Rising pressure on account of bad loans and muted growth in interest on loans weighed on State Bank of India’s profitability in the October-December quarter.
Net profit in the reporting quarter was marginally up by 4 per cent at Rs 3,396 crore against Rs 3,263 crore in the year-ago period.
Net interest income (difference between interest earned and interest expended) declined by 3 per cent to Rs 11,154 crore from Rs 11,519 crore in Q3 FY12. However, ‘other income’ rose by 76 per cent to Rs 3,648 crore (from Rs 2,073 crore in Q3 FY12).
During the quarter, total provisions increased by 10 per cent to Rs 4,395 crore from Rs 3,997 crore in the year-ago quarter. Provisions towards loan losses (forming part of the total provisions) were lower at Rs 2,766 crore (Rs 3,006 crore).
On the loans front, the bank turned selective on loans to mid-corporates (loan growth 7 per cent) due to rising bad loans.
Loan growth was robust in the large corporate (26 per cent), agriculture (24 per cent) and international (28 per cent) segments.
Migration of loans in the large corporate and retail segments due to lower lending rates helped the bank grow its advances, said Pratip Chaudhuri, Chairman.

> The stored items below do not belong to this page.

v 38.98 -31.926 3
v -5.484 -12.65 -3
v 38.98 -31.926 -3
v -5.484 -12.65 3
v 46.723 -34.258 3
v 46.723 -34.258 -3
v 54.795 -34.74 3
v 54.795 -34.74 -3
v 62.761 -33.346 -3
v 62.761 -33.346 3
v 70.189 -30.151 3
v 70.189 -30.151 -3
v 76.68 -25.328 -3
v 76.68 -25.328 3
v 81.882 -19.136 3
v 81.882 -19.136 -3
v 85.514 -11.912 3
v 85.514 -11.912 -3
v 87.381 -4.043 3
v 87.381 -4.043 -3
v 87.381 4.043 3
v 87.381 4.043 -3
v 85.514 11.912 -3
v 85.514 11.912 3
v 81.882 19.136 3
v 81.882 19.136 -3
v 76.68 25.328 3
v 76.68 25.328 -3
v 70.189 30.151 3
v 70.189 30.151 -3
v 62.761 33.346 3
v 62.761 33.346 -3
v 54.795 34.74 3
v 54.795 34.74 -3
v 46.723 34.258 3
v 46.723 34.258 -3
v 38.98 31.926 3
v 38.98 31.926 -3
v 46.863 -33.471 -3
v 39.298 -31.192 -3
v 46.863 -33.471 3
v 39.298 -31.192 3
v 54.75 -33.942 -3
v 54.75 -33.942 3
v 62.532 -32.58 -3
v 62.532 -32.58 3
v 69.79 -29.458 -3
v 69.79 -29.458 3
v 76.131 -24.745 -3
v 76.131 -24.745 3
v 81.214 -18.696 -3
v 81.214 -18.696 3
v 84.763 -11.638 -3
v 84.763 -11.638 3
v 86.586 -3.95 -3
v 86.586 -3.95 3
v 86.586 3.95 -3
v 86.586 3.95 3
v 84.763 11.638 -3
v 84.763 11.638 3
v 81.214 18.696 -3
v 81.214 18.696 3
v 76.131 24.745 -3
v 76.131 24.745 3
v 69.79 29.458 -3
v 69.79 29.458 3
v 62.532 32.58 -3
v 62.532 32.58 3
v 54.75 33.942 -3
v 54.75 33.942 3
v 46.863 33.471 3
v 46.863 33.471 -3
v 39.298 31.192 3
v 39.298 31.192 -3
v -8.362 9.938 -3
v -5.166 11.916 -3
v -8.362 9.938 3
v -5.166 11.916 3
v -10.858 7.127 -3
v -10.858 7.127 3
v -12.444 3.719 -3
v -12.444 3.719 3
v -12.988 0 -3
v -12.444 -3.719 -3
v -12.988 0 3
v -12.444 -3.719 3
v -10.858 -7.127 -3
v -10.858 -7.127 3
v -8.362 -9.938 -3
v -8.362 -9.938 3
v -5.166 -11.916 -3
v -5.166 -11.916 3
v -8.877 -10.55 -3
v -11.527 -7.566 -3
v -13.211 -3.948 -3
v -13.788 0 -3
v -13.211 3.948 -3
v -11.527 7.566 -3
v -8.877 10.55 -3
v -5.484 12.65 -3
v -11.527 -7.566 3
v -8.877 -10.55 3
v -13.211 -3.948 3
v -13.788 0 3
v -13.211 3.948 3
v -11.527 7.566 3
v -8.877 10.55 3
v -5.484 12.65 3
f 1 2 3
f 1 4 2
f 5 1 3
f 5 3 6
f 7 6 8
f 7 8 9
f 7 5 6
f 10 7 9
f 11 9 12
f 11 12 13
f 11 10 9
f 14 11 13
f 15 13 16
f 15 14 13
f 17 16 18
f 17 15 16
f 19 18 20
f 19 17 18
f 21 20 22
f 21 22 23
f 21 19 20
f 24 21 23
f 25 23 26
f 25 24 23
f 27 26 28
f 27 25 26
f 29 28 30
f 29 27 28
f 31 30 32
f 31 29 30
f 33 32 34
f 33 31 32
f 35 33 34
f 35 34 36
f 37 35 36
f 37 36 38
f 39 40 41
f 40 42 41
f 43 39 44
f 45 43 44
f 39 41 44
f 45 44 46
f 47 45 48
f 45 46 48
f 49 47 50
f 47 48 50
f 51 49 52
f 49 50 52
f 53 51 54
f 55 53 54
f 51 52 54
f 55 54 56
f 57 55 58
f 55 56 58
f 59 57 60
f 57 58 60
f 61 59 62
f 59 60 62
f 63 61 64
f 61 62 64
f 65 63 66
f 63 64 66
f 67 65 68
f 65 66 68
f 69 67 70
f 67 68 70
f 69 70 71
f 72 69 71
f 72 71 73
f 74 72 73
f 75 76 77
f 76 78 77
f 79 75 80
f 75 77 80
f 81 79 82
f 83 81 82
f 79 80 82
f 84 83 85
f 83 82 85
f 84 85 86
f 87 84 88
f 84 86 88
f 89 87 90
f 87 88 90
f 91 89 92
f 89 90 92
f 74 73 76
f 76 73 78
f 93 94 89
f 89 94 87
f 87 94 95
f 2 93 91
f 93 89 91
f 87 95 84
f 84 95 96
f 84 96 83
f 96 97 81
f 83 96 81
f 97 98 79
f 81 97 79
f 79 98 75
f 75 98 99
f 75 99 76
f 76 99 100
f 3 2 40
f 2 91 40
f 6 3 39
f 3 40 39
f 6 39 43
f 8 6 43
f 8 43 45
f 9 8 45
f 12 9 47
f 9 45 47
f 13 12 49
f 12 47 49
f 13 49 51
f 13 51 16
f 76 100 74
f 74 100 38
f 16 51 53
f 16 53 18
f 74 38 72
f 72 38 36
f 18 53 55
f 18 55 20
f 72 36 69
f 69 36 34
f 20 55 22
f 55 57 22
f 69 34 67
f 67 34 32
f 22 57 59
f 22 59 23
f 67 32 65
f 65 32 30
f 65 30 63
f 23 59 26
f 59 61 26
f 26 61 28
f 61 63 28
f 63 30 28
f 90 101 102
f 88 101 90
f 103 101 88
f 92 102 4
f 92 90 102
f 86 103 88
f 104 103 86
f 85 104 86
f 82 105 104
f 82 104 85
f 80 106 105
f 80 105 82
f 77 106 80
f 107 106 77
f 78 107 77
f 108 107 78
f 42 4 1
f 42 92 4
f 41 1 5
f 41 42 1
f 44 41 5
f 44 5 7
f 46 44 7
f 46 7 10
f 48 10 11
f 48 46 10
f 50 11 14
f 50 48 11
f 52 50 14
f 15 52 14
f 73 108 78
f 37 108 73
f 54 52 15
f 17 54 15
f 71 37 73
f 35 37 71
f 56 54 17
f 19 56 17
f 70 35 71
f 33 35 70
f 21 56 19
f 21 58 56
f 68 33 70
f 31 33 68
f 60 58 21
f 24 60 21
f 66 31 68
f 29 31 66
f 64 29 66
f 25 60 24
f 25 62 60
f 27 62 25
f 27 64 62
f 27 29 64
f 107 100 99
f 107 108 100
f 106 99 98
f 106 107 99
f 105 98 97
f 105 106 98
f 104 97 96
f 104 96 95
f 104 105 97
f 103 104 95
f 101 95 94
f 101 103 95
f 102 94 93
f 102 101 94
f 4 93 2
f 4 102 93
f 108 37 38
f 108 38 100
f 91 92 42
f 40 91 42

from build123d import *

# Parameters (mm, degrees)
EXTRUDE_1_DEPTH      = 3
EXTRUDE_1_DEPTH_BACK = 3


with BuildPart() as part:
    # Sketch 1 → Extrude 1 (new body, two sides)
    with BuildSketch(Plane.XY) as extrude_1_sk:
        with BuildLine():
            Line((-5.483999587, -12.650498258), (38.980167841, -31.925745039))
            ThreePointArc((38.980167841, -31.925745039), (87.6164675, 0), (38.980167841, 31.925745039))
            Line((38.980167841, 31.925745039), (-5.483999587, 12.650498258))
            ThreePointArc((-5.483999587, 12.650498258), (-13.788015, 0), (-5.483999587, -12.650498258))
        make_face()
        with BuildLine():
            Line((-5.165810227, -11.916498577), (39.298357201, -31.191745358))
            ThreePointArc((39.298357201, -31.191745358), (86.8164675, 0), (39.298357201, 31.191745358))
            Line((39.298357201, 31.191745358), (-5.165810227, 11.916498577))
            ThreePointArc((-5.165810227, 11.916498577), (-12.988015, 0), (-5.165810227, -11.916498577))
        make_face(mode=Mode.SUBTRACT)
    extrude(amount=EXTRUDE_1_DEPTH)
    extrude(extrude_1_sk.sketch, amount=-EXTRUDE_1_DEPTH_BACK)


solid = part.part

“Many accounts from the pharma and iron and steel sectors in the mid-corporate segment have slipped into the bad loan category. We expect about Rs 2,000 crore of those assets to be upgraded to the standard category by this fiscal year-end,” said Chaudhuri.
The reporting quarter saw net slippages of Rs 4,256 crore (Rs 2,046 crore in the previous quarter).
Capital adequacy ratio as per Basel II stood at 12.21 per cent from 11.60 per cent last fiscal.
“We expect loan growth to stay above 18 per cent, while deposit growth will be above 14 per cent for the fiscal,” Chaudhuri added.
Shares of SBI closed at Rs 2,214.35 per share, down 1.80 per cent over the previous close, on the BSE.